Assignment >>
Print, exactly as written, every line from the first line of the records below through the line containing "f 142 144 146", and nothing further.

Record excerpts >>
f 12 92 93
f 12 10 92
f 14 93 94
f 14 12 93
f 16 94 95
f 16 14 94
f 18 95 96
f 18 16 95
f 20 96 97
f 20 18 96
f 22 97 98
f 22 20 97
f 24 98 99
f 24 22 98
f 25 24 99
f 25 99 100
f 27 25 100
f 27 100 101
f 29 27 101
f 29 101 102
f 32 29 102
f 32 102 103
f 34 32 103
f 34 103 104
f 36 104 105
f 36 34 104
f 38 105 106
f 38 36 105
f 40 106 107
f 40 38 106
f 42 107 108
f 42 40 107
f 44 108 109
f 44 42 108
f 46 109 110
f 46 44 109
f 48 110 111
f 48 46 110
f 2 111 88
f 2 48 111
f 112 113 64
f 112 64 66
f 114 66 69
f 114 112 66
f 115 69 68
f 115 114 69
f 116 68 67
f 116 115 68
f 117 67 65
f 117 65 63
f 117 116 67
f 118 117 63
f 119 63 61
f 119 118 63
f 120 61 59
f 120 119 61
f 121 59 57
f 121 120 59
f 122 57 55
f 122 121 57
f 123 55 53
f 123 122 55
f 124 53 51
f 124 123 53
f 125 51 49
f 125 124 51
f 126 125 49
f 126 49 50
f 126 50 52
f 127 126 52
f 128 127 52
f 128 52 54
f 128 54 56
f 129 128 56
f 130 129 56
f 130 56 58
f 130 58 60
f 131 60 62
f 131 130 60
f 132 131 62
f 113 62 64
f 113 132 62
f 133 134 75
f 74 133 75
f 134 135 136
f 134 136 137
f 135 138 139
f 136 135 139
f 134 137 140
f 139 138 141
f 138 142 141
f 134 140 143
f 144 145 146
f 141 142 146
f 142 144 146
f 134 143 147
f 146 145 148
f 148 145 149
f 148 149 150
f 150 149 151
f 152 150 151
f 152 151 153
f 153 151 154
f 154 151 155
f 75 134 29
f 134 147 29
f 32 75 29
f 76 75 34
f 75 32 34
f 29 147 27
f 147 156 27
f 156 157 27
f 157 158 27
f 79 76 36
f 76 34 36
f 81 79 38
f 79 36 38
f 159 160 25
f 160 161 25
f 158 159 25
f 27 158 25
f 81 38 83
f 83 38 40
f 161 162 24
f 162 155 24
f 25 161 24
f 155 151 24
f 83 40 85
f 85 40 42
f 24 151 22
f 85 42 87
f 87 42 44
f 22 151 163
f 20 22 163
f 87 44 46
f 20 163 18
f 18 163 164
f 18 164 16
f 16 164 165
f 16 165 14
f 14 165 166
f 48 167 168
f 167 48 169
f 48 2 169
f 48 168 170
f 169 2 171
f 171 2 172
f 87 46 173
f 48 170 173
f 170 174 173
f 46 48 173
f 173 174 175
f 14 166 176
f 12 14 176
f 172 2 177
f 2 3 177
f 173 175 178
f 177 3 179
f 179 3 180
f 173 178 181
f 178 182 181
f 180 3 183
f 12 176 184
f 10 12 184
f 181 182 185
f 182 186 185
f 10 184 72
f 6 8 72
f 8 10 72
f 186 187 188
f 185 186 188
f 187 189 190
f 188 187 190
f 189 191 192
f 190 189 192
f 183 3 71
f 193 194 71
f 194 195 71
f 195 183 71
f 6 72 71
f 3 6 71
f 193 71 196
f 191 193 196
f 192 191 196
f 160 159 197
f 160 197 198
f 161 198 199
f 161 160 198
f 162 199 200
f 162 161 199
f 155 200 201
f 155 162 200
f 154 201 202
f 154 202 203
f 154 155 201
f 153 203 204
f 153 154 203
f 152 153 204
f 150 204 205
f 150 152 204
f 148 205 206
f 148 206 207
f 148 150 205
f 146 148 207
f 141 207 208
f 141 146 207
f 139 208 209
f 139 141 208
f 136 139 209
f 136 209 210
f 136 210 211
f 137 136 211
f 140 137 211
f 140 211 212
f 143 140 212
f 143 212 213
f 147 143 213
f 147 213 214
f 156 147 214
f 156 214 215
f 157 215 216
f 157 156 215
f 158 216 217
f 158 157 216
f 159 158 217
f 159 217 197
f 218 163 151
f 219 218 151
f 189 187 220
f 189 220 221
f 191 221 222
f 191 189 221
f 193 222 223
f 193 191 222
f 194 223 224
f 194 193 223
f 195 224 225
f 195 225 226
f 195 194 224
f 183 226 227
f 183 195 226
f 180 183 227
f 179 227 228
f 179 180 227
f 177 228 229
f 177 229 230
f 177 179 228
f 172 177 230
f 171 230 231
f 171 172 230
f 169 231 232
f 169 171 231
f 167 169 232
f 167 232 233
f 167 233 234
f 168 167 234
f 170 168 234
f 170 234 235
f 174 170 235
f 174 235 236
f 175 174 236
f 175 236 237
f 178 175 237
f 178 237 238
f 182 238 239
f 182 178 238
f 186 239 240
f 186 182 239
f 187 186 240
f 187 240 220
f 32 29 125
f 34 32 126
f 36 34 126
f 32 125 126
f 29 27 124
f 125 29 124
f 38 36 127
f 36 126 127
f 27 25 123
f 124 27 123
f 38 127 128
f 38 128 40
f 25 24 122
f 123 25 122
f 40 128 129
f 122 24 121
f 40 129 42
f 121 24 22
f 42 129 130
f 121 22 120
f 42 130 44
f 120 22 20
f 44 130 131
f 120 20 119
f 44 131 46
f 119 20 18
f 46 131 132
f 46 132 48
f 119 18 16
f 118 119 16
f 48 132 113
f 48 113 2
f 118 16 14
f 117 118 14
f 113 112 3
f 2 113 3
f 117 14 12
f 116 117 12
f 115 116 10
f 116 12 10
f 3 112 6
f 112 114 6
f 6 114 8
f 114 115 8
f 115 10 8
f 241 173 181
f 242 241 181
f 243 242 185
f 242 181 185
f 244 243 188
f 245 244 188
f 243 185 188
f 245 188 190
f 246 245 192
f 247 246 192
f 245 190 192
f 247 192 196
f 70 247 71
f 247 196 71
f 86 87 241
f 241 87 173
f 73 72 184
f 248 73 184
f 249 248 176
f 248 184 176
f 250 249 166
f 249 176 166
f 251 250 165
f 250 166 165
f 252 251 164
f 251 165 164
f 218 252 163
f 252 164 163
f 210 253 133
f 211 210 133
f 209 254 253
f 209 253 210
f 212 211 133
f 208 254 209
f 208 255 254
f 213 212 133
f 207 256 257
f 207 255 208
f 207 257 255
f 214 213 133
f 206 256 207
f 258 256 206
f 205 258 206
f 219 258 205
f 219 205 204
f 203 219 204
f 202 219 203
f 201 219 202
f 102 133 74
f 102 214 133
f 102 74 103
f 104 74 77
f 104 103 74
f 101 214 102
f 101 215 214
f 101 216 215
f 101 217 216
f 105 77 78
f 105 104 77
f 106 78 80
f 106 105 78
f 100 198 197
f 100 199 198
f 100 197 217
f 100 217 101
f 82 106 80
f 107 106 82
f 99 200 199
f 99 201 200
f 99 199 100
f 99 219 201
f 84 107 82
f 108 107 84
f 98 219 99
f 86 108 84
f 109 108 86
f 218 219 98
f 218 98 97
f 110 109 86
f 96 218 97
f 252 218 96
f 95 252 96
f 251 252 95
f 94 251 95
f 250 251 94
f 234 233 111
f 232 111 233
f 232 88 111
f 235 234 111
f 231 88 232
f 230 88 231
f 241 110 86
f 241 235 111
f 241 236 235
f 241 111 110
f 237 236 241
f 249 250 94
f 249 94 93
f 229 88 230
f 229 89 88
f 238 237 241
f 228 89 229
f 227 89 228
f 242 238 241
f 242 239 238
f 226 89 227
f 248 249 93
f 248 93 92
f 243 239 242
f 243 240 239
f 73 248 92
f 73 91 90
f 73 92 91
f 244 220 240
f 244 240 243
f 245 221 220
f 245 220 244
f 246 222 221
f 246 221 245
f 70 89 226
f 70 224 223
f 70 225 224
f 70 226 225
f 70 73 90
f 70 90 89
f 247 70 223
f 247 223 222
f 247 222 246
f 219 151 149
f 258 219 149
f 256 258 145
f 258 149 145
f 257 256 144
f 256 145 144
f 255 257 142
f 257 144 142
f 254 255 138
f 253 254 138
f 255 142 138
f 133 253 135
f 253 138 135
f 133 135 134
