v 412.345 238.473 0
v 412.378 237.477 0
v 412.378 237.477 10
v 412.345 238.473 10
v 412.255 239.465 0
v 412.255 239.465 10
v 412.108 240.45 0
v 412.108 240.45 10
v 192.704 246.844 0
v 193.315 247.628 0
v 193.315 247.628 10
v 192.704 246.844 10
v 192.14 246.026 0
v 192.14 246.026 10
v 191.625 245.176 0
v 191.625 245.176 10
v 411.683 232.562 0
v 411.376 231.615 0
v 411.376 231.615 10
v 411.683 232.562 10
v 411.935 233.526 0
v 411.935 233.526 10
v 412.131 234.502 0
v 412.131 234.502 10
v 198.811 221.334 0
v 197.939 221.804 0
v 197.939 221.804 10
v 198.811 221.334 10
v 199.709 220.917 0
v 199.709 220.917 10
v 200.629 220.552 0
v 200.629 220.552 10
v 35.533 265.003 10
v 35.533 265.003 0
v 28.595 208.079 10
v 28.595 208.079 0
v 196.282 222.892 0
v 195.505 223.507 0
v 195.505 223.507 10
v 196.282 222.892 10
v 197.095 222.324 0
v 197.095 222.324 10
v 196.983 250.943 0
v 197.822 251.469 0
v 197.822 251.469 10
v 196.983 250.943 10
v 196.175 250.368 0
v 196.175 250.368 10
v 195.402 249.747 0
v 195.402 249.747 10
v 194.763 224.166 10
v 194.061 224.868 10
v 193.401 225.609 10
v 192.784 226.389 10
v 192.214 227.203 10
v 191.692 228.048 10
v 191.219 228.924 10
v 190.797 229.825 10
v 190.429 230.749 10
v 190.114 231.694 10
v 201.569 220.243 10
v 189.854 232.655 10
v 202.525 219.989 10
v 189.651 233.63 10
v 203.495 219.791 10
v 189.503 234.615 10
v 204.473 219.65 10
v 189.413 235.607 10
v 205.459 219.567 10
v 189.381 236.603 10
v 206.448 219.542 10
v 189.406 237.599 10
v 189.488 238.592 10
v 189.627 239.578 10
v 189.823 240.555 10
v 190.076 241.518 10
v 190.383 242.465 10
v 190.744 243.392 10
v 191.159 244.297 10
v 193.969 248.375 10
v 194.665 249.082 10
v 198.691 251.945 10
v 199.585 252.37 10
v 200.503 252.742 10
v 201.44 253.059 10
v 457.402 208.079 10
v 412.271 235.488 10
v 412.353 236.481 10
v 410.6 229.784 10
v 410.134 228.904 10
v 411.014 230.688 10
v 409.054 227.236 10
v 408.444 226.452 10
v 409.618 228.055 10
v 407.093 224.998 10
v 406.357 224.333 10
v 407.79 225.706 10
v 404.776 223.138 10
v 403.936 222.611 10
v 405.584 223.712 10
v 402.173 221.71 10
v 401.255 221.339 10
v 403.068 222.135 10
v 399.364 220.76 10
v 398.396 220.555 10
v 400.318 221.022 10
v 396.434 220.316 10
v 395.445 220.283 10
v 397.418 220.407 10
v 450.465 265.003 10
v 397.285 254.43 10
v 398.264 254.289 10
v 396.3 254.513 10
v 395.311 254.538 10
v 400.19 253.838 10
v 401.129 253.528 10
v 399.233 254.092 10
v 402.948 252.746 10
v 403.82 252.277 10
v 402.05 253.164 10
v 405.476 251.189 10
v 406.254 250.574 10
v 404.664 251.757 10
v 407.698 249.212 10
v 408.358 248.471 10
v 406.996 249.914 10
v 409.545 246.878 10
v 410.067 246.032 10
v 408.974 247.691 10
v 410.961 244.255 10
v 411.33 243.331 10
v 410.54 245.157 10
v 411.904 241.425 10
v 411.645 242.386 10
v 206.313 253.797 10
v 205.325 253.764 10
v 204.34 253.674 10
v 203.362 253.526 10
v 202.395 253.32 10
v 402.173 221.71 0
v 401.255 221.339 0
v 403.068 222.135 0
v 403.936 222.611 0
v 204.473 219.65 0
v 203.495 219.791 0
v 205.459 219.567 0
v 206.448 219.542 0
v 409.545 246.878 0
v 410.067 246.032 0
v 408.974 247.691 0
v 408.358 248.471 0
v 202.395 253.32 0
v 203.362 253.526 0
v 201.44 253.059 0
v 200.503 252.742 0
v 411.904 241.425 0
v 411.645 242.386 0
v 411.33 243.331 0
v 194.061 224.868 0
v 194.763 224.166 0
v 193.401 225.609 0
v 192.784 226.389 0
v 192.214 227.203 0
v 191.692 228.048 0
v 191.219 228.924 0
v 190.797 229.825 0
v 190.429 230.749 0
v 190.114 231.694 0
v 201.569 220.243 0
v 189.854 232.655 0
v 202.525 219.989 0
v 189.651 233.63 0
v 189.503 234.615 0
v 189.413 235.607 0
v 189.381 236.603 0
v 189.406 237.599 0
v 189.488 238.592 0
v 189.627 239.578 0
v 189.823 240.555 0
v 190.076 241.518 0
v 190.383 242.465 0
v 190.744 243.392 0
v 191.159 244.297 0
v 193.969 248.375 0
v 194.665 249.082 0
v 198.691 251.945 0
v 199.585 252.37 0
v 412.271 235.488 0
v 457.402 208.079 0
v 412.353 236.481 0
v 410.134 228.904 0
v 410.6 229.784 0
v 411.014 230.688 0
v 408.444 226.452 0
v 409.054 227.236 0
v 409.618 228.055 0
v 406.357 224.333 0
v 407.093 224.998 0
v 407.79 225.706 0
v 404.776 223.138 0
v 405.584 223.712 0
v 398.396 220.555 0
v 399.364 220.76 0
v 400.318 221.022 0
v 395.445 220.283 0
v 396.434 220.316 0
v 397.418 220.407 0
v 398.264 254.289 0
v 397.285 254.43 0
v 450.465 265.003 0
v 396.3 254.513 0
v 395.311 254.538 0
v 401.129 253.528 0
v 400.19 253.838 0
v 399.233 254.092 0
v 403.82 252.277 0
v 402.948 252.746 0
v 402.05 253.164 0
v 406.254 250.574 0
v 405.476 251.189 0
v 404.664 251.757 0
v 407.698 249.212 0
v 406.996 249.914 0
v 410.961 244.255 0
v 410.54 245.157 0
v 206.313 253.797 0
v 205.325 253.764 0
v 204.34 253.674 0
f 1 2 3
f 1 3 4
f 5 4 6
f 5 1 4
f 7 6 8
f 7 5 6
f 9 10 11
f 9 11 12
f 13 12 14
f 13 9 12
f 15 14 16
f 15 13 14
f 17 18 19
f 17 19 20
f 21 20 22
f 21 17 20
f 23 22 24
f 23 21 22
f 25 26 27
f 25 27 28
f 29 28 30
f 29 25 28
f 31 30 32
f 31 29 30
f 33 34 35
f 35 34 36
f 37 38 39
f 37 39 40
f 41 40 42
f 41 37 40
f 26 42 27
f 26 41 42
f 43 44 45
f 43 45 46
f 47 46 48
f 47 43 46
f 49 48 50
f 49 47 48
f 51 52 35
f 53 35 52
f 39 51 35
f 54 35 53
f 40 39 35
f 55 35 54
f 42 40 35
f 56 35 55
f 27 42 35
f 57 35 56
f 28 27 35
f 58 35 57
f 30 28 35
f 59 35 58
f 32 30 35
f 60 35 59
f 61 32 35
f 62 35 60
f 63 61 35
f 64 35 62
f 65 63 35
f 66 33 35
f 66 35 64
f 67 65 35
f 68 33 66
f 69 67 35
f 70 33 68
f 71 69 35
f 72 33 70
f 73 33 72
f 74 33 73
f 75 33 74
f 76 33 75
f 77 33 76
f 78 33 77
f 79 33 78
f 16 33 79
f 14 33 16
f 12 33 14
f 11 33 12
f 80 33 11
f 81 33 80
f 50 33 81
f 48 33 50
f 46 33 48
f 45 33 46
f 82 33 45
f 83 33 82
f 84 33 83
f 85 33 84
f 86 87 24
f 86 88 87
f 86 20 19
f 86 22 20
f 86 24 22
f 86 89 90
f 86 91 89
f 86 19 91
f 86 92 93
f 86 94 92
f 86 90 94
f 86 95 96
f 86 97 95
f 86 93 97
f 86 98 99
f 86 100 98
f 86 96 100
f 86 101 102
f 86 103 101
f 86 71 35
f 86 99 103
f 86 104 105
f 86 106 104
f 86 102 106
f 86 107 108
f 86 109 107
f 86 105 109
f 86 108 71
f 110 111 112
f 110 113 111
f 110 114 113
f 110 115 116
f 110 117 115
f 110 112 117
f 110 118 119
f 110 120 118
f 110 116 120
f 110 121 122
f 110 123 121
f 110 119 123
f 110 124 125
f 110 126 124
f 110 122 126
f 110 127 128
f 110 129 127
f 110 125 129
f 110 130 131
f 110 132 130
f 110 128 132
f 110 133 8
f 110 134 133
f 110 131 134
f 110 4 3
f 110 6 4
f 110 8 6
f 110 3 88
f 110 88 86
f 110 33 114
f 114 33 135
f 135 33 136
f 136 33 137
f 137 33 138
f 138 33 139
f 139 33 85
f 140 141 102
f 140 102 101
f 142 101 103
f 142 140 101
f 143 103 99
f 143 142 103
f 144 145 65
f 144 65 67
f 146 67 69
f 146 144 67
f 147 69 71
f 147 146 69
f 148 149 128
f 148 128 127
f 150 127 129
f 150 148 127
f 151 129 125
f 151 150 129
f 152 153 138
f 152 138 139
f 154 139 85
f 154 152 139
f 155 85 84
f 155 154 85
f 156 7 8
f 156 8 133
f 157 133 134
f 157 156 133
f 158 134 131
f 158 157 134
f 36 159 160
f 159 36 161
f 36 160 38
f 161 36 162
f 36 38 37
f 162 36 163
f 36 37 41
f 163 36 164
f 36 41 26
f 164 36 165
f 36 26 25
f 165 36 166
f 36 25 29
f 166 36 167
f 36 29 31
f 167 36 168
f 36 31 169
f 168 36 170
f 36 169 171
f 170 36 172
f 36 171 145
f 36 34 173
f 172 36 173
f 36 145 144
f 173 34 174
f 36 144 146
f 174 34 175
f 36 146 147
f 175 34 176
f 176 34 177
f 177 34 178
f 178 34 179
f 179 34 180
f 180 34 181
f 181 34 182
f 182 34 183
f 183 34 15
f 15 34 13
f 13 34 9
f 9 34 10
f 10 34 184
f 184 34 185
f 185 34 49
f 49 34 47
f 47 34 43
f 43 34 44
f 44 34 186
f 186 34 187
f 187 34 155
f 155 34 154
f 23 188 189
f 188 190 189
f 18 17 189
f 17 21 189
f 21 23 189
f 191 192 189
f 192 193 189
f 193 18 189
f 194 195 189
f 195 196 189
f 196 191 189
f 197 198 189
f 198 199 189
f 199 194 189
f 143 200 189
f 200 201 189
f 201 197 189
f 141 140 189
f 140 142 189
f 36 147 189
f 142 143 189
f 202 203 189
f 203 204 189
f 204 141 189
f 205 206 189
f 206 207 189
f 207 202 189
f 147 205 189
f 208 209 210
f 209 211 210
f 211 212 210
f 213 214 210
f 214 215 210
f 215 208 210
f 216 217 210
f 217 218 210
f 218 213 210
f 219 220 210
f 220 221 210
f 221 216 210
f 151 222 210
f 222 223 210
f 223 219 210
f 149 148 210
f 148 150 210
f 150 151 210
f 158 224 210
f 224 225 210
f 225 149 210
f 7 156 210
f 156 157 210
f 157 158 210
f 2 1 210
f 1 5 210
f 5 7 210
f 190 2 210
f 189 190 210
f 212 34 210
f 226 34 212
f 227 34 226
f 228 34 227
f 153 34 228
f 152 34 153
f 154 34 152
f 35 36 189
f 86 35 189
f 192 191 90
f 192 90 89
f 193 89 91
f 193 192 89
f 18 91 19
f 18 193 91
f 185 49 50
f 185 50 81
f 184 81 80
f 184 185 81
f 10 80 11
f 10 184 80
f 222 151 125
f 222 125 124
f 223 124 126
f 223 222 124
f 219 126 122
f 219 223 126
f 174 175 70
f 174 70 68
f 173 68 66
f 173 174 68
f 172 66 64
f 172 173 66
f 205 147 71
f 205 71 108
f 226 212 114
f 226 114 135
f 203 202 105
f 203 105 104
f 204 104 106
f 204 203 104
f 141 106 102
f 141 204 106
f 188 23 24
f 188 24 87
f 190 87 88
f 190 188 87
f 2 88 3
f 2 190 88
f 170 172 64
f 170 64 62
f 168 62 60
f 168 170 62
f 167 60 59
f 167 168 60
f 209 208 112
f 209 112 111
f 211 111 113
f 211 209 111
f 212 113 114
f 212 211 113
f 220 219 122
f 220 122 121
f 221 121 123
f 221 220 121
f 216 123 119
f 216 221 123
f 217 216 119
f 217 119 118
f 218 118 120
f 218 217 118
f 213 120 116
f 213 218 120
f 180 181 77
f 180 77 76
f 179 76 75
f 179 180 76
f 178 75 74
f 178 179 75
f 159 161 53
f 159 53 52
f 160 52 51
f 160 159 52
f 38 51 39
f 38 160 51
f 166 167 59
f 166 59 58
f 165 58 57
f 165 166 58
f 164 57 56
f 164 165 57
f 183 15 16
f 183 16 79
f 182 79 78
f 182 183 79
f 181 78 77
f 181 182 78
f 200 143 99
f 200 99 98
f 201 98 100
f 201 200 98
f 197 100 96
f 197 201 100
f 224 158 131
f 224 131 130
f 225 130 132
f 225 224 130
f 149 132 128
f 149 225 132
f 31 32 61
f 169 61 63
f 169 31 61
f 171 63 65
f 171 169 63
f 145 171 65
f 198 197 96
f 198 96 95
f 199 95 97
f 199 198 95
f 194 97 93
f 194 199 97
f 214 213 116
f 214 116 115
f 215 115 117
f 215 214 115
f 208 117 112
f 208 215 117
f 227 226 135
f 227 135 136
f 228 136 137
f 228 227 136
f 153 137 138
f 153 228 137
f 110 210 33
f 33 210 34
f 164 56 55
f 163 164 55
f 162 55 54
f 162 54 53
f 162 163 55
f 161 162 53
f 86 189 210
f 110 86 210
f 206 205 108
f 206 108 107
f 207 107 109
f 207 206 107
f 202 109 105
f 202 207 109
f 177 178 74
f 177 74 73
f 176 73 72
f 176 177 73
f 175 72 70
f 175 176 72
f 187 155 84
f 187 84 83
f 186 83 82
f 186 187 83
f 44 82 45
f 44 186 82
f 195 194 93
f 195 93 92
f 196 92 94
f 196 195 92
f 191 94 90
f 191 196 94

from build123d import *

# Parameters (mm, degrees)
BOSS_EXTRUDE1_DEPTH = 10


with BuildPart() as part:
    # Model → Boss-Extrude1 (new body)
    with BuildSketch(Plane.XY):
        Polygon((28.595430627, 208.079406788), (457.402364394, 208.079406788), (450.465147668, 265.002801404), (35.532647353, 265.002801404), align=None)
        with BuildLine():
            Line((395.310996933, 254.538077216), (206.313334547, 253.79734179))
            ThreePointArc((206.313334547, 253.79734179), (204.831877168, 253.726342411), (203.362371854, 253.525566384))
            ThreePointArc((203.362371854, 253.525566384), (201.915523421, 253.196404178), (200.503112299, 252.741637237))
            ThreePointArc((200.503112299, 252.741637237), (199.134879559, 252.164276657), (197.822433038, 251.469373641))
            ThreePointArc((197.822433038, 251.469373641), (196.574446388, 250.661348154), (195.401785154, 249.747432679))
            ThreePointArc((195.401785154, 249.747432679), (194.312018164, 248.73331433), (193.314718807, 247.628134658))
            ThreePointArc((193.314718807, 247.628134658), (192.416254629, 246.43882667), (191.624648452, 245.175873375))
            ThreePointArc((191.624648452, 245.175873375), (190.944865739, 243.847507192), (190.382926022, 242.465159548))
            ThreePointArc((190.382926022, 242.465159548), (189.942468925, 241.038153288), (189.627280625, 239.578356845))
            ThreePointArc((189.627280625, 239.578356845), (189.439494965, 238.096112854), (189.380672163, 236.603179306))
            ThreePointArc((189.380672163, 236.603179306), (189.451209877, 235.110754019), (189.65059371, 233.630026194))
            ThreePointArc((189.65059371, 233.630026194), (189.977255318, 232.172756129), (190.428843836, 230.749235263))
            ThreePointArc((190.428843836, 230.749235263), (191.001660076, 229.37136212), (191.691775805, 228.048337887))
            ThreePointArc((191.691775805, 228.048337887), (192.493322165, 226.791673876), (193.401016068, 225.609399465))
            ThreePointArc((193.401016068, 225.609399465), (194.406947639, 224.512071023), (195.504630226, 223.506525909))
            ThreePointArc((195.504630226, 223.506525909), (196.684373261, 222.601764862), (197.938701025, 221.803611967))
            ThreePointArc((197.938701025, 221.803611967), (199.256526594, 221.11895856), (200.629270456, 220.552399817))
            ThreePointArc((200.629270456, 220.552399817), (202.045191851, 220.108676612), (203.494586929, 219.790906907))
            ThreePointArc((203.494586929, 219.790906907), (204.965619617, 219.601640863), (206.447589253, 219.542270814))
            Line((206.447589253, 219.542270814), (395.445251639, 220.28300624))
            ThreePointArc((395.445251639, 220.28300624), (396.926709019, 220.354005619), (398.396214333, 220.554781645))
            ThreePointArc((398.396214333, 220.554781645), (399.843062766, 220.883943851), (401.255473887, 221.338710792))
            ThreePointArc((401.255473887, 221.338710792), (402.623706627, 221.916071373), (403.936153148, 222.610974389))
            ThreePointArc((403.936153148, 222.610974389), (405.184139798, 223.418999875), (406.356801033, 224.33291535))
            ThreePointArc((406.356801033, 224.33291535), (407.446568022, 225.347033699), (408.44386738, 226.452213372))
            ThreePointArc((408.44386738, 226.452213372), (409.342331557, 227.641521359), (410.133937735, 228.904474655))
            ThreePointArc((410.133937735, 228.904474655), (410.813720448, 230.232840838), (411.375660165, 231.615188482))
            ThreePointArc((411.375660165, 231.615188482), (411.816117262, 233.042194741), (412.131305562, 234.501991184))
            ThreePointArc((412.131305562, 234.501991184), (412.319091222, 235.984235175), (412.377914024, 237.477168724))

Exercise response >>
f 12 92 93
f 12 10 92
f 14 93 94
f 14 12 93
f 16 94 95
f 16 14 94
f 18 95 96
f 18 16 95
f 20 96 97
f 20 18 96
f 22 97 98
f 22 20 97
f 24 98 99
f 24 22 98
f 25 24 99
f 25 99 100
f 27 25 100
f 27 100 101
f 29 27 101
f 29 101 102
f 32 29 102
f 32 102 103
f 34 32 103
f 34 103 104
f 36 104 105
f 36 34 104
f 38 105 106
f 38 36 105
f 40 106 107
f 40 38 106
f 42 107 108
f 42 40 107
f 44 108 109
f 44 42 108
f 46 109 110
f 46 44 109
f 48 110 111
f 48 46 110
f 2 111 88
f 2 48 111
f 112 113 64
f 112 64 66
f 114 66 69
f 114 112 66
f 115 69 68
f 115 114 69
f 116 68 67
f 116 115 68
f 117 67 65
f 117 65 63
f 117 116 67
f 118 117 63
f 119 63 61
f 119 118 63
f 120 61 59
f 120 119 61
f 121 59 57
f 121 120 59
f 122 57 55
f 122 121 57
f 123 55 53
f 123 122 55
f 124 53 51
f 124 123 53
f 125 51 49
f 125 124 51
f 126 125 49
f 126 49 50
f 126 50 52
f 127 126 52
f 128 127 52
f 128 52 54
f 128 54 56
f 129 128 56
f 130 129 56
f 130 56 58
f 130 58 60
f 131 60 62
f 131 130 60
f 132 131 62
f 113 62 64
f 113 132 62
f 133 134 75
f 74 133 75
f 134 135 136
f 134 136 137
f 135 138 139
f 136 135 139
f 134 137 140
f 139 138 141
f 138 142 141
f 134 140 143
f 144 145 146
f 141 142 146
f 142 144 146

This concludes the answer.